Task objective: Pull every line with "DIRECTION" from the data below and copy it.

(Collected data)
★ ★ ★
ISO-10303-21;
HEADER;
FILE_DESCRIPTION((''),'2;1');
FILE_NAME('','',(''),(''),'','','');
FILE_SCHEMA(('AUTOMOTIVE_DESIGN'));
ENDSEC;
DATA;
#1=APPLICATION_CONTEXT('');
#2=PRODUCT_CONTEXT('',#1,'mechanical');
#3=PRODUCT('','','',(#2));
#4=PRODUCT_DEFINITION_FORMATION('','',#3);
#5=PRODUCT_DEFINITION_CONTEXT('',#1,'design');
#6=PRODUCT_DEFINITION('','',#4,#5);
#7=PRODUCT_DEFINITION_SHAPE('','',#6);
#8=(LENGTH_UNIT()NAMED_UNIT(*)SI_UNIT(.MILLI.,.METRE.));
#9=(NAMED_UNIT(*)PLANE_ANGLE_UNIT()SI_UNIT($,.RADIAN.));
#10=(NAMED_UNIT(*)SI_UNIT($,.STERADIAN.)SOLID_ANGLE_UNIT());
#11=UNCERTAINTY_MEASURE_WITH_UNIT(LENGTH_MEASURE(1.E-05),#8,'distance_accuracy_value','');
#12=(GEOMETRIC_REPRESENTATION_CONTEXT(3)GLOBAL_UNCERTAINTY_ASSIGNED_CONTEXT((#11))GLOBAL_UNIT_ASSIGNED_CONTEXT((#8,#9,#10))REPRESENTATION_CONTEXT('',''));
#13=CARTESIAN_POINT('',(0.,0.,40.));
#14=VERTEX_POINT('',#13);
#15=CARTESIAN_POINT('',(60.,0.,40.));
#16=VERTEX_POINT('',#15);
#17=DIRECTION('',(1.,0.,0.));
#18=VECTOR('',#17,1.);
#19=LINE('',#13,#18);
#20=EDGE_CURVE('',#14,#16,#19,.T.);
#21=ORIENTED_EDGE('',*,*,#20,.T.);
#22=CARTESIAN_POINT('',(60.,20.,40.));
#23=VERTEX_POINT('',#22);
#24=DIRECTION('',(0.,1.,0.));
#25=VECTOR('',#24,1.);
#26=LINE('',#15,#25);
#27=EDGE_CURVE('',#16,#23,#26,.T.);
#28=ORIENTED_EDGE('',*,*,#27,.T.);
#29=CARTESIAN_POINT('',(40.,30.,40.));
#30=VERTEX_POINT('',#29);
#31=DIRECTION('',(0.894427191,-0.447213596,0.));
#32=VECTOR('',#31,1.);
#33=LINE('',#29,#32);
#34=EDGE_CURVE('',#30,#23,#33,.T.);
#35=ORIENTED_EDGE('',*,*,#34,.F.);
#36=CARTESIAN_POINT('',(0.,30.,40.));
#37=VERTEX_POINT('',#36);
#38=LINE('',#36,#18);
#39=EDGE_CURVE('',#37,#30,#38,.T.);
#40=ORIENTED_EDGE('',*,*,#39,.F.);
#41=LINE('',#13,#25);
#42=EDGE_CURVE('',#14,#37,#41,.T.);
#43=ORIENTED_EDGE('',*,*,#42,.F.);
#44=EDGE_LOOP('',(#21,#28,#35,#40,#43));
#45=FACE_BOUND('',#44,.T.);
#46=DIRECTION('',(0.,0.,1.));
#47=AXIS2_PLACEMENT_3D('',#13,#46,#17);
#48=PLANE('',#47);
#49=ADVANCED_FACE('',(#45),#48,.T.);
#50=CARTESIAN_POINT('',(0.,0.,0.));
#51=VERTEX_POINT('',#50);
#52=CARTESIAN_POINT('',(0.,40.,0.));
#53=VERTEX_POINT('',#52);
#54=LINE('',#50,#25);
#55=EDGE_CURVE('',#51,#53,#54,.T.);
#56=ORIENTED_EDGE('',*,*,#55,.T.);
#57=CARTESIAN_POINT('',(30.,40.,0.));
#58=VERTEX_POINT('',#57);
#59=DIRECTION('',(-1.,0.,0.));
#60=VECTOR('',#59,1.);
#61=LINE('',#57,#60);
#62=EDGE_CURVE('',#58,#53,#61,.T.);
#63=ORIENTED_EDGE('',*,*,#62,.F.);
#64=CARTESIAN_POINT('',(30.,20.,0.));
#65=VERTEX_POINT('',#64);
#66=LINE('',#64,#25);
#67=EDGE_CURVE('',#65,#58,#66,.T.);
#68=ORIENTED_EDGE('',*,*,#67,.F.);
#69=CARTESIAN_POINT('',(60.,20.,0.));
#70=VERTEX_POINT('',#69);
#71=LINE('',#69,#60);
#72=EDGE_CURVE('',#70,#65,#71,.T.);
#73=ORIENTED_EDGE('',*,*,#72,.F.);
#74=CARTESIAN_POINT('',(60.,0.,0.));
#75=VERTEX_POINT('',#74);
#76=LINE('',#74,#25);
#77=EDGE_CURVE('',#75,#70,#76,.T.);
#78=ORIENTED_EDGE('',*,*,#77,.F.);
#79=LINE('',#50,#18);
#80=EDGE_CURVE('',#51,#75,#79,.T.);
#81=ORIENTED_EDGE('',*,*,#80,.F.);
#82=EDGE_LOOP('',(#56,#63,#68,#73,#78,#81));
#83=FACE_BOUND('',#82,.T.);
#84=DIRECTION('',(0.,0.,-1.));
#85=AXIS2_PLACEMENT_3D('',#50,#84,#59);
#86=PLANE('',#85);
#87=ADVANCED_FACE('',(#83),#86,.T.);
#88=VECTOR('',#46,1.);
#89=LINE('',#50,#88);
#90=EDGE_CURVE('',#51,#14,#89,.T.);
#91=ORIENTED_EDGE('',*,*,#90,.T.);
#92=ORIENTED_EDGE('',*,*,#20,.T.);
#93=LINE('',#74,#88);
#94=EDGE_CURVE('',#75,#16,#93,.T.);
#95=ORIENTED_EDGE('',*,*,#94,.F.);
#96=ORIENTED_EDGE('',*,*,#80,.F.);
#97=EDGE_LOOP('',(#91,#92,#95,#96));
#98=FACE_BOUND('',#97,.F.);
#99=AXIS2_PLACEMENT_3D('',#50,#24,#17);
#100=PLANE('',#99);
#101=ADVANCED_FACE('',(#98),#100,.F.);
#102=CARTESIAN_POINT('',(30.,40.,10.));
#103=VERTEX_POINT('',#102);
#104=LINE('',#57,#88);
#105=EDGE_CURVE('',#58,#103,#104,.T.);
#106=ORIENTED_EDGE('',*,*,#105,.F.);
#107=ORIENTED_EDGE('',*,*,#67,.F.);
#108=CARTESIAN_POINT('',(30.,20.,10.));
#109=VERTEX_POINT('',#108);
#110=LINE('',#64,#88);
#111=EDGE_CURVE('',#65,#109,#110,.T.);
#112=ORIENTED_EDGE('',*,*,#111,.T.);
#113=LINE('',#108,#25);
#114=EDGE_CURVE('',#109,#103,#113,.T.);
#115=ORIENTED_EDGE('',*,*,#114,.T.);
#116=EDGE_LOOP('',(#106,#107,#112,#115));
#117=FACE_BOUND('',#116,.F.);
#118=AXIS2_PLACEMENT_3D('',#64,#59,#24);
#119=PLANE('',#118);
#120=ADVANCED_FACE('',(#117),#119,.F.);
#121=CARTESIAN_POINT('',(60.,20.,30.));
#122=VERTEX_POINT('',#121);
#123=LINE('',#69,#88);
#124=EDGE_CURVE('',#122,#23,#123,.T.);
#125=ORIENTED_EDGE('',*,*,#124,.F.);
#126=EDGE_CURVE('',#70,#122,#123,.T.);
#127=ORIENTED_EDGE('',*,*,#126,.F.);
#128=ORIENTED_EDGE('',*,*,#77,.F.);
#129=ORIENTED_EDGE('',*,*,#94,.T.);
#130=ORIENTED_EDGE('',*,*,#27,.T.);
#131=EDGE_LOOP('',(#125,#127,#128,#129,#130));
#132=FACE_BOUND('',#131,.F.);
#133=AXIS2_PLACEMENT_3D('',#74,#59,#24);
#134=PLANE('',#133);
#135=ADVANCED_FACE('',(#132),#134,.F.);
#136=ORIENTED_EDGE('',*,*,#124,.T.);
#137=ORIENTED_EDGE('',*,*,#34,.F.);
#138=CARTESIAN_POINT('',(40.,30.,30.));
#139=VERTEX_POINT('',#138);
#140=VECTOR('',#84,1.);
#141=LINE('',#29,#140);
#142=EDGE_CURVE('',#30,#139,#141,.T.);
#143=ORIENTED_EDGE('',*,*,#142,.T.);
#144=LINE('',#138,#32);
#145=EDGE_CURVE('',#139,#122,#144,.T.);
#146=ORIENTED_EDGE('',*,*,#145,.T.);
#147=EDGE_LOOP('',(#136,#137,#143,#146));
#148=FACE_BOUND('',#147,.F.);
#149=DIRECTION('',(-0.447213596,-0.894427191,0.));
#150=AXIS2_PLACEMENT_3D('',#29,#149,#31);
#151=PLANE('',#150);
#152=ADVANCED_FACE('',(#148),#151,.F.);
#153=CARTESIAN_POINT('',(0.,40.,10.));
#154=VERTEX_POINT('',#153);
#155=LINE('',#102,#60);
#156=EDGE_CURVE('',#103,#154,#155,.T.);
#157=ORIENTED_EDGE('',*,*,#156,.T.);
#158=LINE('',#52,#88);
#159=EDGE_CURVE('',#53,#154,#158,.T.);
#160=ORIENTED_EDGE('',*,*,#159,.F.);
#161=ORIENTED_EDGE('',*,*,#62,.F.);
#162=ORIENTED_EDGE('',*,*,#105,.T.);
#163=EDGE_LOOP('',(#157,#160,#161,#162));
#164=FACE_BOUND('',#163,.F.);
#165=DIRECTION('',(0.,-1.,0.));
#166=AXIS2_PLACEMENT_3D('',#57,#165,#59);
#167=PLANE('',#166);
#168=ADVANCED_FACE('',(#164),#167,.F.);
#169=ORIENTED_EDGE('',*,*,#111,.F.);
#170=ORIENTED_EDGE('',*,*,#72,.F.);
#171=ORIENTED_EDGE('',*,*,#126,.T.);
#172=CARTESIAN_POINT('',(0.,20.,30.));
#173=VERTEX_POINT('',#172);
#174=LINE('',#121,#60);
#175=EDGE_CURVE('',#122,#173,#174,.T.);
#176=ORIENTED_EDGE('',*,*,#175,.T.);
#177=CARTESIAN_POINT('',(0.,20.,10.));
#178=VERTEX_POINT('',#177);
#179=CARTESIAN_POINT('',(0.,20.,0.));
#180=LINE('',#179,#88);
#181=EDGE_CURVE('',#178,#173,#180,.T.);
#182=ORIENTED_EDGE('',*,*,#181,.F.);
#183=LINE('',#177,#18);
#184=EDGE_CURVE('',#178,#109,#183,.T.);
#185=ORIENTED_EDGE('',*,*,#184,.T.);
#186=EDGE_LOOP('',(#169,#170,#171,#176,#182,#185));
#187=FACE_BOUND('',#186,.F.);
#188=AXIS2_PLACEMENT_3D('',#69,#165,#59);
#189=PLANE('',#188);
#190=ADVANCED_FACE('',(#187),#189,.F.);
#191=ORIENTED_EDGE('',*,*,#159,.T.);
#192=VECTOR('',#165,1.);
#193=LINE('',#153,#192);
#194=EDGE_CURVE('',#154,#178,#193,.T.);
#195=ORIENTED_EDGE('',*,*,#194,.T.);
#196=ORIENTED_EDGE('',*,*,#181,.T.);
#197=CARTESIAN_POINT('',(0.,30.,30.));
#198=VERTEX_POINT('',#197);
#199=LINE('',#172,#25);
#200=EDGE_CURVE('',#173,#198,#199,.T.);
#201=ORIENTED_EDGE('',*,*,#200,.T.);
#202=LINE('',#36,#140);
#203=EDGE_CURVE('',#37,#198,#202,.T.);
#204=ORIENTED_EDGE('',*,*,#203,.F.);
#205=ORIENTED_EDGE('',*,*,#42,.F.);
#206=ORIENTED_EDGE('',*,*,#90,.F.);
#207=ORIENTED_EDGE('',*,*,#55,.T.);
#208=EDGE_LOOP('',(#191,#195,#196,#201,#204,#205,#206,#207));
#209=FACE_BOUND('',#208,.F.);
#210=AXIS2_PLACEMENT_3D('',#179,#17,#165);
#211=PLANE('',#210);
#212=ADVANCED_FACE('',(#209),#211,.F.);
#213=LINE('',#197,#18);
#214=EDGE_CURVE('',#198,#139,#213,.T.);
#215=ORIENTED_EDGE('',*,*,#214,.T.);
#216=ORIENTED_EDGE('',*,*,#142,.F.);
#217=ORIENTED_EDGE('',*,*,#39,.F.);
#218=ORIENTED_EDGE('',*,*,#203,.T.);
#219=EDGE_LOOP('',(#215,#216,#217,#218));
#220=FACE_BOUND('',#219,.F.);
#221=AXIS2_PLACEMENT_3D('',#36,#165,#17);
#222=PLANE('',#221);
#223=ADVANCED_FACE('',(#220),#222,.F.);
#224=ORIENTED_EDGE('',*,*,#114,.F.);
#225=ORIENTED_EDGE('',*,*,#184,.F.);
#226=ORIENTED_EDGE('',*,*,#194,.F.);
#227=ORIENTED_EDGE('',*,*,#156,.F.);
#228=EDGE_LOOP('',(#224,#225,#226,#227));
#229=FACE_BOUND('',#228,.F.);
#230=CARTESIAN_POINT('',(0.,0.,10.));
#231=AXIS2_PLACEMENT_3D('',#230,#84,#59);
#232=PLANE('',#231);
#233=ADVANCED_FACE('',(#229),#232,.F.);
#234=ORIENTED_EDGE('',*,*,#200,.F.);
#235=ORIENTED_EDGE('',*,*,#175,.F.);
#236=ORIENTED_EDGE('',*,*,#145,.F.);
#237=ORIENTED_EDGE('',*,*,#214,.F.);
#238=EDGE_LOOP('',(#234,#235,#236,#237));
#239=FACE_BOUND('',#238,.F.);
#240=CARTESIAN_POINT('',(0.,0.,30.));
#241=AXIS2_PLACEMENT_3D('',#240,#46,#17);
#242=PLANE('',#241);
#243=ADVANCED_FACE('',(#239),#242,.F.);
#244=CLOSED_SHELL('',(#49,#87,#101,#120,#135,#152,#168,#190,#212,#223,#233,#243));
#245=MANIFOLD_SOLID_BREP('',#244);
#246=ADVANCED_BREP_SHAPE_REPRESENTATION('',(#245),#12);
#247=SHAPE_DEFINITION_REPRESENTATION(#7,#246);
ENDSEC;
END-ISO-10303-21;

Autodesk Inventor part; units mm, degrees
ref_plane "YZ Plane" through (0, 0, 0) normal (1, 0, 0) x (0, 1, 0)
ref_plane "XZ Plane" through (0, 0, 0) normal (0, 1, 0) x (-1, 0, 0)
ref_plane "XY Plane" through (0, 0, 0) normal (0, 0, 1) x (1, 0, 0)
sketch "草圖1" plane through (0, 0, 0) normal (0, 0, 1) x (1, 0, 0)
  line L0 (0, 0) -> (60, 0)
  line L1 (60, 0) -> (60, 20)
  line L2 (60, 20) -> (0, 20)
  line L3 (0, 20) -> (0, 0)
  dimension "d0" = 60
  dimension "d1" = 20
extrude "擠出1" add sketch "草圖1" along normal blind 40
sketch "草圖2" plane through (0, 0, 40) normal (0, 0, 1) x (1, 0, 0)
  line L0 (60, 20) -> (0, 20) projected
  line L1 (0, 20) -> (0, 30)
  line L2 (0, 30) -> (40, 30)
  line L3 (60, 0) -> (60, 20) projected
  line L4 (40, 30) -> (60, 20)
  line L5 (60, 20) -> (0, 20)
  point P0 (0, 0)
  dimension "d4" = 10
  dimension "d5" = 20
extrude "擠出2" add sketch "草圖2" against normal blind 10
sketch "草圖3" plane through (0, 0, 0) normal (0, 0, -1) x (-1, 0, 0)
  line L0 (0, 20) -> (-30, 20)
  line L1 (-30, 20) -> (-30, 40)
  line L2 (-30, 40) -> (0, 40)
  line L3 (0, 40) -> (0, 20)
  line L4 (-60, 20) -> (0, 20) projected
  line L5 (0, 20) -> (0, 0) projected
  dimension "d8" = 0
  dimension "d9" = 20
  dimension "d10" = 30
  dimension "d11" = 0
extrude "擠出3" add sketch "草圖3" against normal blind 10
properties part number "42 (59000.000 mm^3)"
★ ★ ★
Solution below:
#17=DIRECTION('',(1.,0.,0.));
#24=DIRECTION('',(0.,1.,0.));
#31=DIRECTION('',(0.894427191,-0.447213596,0.));
#46=DIRECTION('',(0.,0.,1.));
#59=DIRECTION('',(-1.,0.,0.));
#84=DIRECTION('',(0.,0.,-1.));
#149=DIRECTION('',(-0.447213596,-0.894427191,0.));
#165=DIRECTION('',(0.,-1.,0.));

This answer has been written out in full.